Look below for the line containing "#229=ORIENTED_EDGE('',*,*,#170,.F.);"; from there, print each line exactly up to and including the line containing "#283=VERTEX_POINT('',#282);", and stop.

[[ EXTRACTED INFORMATION, beginning ]]

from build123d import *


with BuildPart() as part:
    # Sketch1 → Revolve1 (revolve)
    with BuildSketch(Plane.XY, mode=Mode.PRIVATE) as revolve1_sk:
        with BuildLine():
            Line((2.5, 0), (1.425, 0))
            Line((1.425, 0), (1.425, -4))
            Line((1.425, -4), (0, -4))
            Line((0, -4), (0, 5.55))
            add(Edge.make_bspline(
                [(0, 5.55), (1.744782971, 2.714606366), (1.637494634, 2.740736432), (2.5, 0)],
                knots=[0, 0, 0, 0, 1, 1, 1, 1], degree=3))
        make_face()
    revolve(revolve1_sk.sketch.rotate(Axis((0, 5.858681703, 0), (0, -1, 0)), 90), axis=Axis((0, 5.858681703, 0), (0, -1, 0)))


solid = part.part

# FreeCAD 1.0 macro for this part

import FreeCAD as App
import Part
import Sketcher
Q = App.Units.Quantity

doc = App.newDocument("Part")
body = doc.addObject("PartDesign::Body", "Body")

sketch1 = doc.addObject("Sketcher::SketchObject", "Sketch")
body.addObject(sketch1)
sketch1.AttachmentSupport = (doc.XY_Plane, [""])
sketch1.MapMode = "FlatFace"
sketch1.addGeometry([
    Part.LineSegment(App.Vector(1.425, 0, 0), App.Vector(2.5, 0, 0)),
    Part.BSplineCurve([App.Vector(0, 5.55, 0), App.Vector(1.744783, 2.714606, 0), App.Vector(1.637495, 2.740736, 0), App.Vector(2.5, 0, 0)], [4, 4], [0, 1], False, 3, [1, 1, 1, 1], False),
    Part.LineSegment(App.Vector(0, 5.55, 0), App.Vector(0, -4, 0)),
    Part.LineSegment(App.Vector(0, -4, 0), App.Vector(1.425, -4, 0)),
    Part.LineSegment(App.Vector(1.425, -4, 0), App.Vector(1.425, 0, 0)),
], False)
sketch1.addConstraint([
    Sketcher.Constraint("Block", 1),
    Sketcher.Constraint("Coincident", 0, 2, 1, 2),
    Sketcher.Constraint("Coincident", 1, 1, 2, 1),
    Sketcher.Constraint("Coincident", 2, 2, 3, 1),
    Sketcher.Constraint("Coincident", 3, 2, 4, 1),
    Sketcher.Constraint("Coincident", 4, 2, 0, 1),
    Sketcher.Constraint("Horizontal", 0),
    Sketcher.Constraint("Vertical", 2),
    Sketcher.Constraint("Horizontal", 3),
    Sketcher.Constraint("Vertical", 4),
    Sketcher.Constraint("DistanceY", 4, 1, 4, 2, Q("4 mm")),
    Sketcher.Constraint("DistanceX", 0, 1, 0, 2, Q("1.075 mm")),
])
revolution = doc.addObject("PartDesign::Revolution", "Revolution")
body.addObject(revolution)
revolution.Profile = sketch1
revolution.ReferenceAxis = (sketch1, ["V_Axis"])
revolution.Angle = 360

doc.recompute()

[[ EXTRACTED INFORMATION, end ]]
[[ EXTRACTED INFORMATION, beginning ]]

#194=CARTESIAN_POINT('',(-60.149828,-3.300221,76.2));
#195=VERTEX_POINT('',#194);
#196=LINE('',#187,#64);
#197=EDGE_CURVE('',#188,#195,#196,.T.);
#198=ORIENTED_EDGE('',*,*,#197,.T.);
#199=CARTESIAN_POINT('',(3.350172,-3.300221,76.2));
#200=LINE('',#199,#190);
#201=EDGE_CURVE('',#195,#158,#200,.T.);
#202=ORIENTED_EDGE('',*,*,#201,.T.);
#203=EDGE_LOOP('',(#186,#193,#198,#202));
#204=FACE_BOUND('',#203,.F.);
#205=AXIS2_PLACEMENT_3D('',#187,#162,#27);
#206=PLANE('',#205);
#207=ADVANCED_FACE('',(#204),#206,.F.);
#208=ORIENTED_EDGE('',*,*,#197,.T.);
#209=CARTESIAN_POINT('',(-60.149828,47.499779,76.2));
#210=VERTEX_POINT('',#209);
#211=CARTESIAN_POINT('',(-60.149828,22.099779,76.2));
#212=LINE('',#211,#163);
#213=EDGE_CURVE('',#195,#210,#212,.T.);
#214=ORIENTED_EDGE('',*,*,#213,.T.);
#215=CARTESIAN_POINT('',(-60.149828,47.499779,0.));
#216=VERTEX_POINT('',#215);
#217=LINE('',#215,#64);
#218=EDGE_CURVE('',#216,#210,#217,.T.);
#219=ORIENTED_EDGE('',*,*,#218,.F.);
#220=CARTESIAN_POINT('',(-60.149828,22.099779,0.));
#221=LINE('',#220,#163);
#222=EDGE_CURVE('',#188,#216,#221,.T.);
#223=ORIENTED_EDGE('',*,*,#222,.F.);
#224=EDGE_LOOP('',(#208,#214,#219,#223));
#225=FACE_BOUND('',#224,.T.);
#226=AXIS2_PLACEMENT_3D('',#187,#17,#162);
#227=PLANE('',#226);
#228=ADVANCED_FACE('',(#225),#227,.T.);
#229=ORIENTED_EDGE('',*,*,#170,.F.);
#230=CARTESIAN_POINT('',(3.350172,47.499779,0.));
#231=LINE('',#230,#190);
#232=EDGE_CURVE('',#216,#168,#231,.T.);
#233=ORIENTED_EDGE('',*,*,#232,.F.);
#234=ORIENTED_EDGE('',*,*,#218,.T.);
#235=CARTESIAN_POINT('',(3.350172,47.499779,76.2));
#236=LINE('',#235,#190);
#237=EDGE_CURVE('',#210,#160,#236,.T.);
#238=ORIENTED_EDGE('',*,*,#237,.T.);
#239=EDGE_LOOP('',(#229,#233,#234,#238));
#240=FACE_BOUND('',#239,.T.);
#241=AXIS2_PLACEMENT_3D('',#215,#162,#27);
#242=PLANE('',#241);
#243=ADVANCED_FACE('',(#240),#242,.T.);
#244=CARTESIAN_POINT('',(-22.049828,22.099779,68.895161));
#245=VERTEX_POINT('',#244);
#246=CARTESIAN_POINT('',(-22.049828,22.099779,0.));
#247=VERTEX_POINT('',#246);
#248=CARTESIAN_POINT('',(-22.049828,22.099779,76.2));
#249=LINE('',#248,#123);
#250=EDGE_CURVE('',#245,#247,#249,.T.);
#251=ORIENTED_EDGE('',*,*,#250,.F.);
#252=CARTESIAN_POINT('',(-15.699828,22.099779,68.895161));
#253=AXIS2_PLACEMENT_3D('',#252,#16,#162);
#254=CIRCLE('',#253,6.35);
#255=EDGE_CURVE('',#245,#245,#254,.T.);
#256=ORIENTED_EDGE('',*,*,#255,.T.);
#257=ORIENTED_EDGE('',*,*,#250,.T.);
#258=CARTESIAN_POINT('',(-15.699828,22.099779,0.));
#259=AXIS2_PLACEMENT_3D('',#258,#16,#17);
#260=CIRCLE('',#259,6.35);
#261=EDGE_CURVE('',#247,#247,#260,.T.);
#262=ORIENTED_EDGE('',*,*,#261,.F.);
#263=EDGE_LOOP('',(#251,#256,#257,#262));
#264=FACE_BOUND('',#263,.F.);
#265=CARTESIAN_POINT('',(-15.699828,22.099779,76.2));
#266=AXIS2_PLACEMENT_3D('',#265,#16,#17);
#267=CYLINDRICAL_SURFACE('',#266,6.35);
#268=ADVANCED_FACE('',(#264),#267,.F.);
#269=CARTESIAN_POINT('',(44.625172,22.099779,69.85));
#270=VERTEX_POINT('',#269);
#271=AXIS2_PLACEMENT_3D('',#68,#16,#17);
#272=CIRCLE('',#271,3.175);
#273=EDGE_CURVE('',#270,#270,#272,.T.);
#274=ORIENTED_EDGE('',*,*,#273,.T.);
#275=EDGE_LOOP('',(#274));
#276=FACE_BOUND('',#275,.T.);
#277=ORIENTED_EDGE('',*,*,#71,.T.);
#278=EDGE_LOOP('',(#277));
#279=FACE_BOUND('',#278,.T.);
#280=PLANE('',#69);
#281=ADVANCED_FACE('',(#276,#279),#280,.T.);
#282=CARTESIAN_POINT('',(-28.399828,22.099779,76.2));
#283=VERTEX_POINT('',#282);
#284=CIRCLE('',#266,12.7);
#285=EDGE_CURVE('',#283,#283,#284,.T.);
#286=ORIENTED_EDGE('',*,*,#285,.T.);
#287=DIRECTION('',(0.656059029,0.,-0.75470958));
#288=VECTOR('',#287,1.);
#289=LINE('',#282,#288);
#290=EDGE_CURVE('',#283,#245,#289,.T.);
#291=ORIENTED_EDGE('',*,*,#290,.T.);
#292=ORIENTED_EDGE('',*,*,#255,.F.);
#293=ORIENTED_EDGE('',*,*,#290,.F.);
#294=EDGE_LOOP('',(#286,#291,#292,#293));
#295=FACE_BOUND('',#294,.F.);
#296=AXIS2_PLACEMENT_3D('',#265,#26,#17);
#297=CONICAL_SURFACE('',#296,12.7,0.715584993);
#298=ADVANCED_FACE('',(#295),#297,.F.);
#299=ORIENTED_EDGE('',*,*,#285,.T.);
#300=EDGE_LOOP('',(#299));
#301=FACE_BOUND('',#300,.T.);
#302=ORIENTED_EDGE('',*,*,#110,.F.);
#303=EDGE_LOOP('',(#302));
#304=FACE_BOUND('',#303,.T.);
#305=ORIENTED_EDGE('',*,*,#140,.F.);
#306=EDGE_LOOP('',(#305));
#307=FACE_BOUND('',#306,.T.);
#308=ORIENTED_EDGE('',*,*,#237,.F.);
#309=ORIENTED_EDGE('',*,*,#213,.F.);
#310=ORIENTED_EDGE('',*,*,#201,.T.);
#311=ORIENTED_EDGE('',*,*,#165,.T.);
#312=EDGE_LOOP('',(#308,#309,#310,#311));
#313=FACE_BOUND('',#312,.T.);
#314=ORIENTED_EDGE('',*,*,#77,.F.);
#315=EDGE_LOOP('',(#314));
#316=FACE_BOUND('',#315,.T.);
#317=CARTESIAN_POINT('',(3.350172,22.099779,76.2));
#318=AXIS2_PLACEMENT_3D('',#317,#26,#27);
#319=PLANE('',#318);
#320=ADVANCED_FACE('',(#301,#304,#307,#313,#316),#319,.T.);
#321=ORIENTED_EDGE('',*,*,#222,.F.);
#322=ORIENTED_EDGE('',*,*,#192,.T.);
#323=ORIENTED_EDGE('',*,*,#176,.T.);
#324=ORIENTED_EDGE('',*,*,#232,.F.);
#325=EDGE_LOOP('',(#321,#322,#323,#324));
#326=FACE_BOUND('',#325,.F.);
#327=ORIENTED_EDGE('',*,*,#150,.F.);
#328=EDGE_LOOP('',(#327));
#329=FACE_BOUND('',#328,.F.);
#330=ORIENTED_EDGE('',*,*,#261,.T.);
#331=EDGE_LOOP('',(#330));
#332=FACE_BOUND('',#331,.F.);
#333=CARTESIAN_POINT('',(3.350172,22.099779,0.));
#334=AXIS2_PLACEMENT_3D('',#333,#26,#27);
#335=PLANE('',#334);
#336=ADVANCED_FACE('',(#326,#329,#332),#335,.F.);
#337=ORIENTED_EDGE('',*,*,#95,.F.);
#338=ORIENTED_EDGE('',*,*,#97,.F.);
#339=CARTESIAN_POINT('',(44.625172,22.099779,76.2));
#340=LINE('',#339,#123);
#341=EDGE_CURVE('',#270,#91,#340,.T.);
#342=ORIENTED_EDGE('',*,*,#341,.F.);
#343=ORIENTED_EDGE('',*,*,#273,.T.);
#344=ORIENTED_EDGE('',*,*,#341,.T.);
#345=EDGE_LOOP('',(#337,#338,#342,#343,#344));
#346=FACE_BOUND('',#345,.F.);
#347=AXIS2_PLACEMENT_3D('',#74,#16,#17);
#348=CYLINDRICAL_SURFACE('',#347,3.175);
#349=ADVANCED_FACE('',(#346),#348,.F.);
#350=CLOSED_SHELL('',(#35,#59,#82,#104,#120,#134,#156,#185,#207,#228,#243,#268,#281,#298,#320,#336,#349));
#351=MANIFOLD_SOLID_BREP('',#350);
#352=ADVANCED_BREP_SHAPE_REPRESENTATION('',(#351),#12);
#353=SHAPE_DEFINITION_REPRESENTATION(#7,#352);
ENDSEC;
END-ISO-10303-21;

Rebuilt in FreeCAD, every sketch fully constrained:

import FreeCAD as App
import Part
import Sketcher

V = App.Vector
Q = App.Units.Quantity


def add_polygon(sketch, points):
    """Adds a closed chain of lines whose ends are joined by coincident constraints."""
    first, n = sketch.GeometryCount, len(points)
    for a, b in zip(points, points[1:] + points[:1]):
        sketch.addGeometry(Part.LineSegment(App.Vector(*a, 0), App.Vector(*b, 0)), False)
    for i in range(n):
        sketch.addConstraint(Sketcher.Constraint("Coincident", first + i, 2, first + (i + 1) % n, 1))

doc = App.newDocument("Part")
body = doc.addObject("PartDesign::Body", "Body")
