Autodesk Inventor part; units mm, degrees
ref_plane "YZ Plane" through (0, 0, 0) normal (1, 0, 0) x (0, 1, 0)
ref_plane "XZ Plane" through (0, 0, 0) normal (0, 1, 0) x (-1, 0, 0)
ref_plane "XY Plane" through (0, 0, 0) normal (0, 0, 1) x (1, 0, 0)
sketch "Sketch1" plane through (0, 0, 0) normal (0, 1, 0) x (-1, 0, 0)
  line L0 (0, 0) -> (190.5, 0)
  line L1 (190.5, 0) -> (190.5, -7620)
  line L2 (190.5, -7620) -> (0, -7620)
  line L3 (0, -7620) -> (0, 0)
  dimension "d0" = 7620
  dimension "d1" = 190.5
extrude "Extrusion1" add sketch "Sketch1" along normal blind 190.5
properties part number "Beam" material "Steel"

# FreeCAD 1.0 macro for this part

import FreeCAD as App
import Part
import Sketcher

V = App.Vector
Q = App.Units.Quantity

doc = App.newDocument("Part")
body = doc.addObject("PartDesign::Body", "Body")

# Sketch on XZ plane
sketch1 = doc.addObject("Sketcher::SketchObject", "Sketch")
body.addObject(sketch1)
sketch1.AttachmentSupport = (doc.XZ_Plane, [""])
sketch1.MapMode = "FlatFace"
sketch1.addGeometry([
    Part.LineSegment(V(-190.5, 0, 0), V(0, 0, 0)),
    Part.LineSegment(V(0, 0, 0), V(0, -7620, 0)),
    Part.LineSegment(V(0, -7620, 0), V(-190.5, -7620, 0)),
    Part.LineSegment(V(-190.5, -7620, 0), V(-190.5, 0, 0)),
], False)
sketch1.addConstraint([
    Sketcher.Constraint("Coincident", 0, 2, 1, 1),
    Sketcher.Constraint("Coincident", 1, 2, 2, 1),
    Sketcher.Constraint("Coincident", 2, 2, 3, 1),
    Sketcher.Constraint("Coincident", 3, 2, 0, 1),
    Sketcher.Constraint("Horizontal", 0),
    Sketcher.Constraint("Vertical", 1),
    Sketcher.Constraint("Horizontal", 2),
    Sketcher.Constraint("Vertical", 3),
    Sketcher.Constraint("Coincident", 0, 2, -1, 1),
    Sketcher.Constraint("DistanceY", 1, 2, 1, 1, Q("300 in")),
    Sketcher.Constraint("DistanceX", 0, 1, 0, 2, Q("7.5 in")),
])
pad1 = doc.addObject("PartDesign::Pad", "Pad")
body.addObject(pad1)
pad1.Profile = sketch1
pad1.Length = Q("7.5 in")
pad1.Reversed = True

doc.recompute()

[[ EXTRACTED INFORMATION, end ]]
[[ EXTRACTED INFORMATION, beginning ]]

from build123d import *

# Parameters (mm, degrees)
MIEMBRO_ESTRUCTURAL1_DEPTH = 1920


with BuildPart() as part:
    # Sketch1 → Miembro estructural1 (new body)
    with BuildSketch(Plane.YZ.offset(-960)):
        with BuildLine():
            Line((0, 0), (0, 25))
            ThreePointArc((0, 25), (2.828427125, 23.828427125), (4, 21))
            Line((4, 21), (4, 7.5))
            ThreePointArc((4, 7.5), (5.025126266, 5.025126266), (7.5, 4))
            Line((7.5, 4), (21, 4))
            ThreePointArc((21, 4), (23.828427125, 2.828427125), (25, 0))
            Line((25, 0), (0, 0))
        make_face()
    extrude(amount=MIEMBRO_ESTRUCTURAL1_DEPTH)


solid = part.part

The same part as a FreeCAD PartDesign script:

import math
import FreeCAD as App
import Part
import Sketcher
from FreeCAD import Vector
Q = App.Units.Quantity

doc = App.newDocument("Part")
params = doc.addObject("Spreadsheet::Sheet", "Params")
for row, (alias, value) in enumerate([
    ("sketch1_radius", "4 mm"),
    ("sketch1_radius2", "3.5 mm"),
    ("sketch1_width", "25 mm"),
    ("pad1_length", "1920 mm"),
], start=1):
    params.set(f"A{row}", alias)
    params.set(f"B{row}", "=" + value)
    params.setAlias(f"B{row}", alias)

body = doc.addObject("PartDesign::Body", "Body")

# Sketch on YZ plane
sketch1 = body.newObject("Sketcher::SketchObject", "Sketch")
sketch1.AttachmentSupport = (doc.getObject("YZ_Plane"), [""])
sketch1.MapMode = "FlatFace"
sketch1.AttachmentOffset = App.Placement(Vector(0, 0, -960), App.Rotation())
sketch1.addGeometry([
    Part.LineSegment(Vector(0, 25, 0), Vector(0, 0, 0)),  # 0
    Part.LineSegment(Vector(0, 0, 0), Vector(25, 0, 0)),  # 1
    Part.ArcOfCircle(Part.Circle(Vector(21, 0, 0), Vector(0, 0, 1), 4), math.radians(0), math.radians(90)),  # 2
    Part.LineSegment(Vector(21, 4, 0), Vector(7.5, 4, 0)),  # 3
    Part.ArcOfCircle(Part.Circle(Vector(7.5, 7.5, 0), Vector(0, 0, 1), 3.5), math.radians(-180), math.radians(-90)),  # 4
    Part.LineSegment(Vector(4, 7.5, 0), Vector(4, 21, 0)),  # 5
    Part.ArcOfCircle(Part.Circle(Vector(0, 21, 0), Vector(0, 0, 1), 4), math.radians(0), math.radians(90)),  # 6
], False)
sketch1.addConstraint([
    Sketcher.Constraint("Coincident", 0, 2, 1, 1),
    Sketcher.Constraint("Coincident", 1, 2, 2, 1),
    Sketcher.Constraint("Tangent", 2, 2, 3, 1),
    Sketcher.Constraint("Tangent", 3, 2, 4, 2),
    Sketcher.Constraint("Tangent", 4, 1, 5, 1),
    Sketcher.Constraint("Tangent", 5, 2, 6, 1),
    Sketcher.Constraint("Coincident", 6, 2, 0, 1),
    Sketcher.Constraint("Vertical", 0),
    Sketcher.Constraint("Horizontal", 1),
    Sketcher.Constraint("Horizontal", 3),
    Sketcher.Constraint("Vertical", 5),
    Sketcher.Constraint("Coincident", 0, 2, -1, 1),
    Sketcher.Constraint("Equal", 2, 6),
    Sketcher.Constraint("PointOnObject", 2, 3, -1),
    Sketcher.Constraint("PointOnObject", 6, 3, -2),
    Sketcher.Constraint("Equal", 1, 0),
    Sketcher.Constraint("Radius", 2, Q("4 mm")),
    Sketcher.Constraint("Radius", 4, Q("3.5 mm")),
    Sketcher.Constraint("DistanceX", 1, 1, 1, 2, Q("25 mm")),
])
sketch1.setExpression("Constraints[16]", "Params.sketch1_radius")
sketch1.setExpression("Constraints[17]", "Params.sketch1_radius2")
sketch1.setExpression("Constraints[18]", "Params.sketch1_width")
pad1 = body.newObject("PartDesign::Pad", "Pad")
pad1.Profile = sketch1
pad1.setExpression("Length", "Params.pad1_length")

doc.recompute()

[[ EXTRACTED INFORMATION, end ]]

• [TASK ANSWER]
#229=ORIENTED_EDGE('',*,*,#170,.F.);
#230=CARTESIAN_POINT('',(3.350172,47.499779,0.));
#231=LINE('',#230,#190);
#232=EDGE_CURVE('',#216,#168,#231,.T.);
#233=ORIENTED_EDGE('',*,*,#232,.F.);
#234=ORIENTED_EDGE('',*,*,#218,.T.);
#235=CARTESIAN_POINT('',(3.350172,47.499779,76.2));
#236=LINE('',#235,#190);
#237=EDGE_CURVE('',#210,#160,#236,.T.);
#238=ORIENTED_EDGE('',*,*,#237,.T.);
#239=EDGE_LOOP('',(#229,#233,#234,#238));
#240=FACE_BOUND('',#239,.T.);
#241=AXIS2_PLACEMENT_3D('',#215,#162,#27);
#242=PLANE('',#241);
#243=ADVANCED_FACE('',(#240),#242,.T.);
#244=CARTESIAN_POINT('',(-22.049828,22.099779,68.895161));
#245=VERTEX_POINT('',#244);
#246=CARTESIAN_POINT('',(-22.049828,22.099779,0.));
#247=VERTEX_POINT('',#246);
#248=CARTESIAN_POINT('',(-22.049828,22.099779,76.2));
#249=LINE('',#248,#123);
#250=EDGE_CURVE('',#245,#247,#249,.T.);
#251=ORIENTED_EDGE('',*,*,#250,.F.);
#252=CARTESIAN_POINT('',(-15.699828,22.099779,68.895161));
#253=AXIS2_PLACEMENT_3D('',#252,#16,#162);
#254=CIRCLE('',#253,6.35);
#255=EDGE_CURVE('',#245,#245,#254,.T.);
#256=ORIENTED_EDGE('',*,*,#255,.T.);
#257=ORIENTED_EDGE('',*,*,#250,.T.);
#258=CARTESIAN_POINT('',(-15.699828,22.099779,0.));
#259=AXIS2_PLACEMENT_3D('',#258,#16,#17);
#260=CIRCLE('',#259,6.35);
#261=EDGE_CURVE('',#247,#247,#260,.T.);
#262=ORIENTED_EDGE('',*,*,#261,.F.);
#263=EDGE_LOOP('',(#251,#256,#257,#262));
#264=FACE_BOUND('',#263,.F.);
#265=CARTESIAN_POINT('',(-15.699828,22.099779,76.2));
#266=AXIS2_PLACEMENT_3D('',#265,#16,#17);
#267=CYLINDRICAL_SURFACE('',#266,6.35);
#268=ADVANCED_FACE('',(#264),#267,.F.);
#269=CARTESIAN_POINT('',(44.625172,22.099779,69.85));
#270=VERTEX_POINT('',#269);
#271=AXIS2_PLACEMENT_3D('',#68,#16,#17);
#272=CIRCLE('',#271,3.175);
#273=EDGE_CURVE('',#270,#270,#272,.T.);
#274=ORIENTED_EDGE('',*,*,#273,.T.);
#275=EDGE_LOOP('',(#274));
#276=FACE_BOUND('',#275,.T.);
#277=ORIENTED_EDGE('',*,*,#71,.T.);
#278=EDGE_LOOP('',(#277));
#279=FACE_BOUND('',#278,.T.);
#280=PLANE('',#69);
#281=ADVANCED_FACE('',(#276,#279),#280,.T.);
#282=CARTESIAN_POINT('',(-28.399828,22.099779,76.2));
#283=VERTEX_POINT('',#282);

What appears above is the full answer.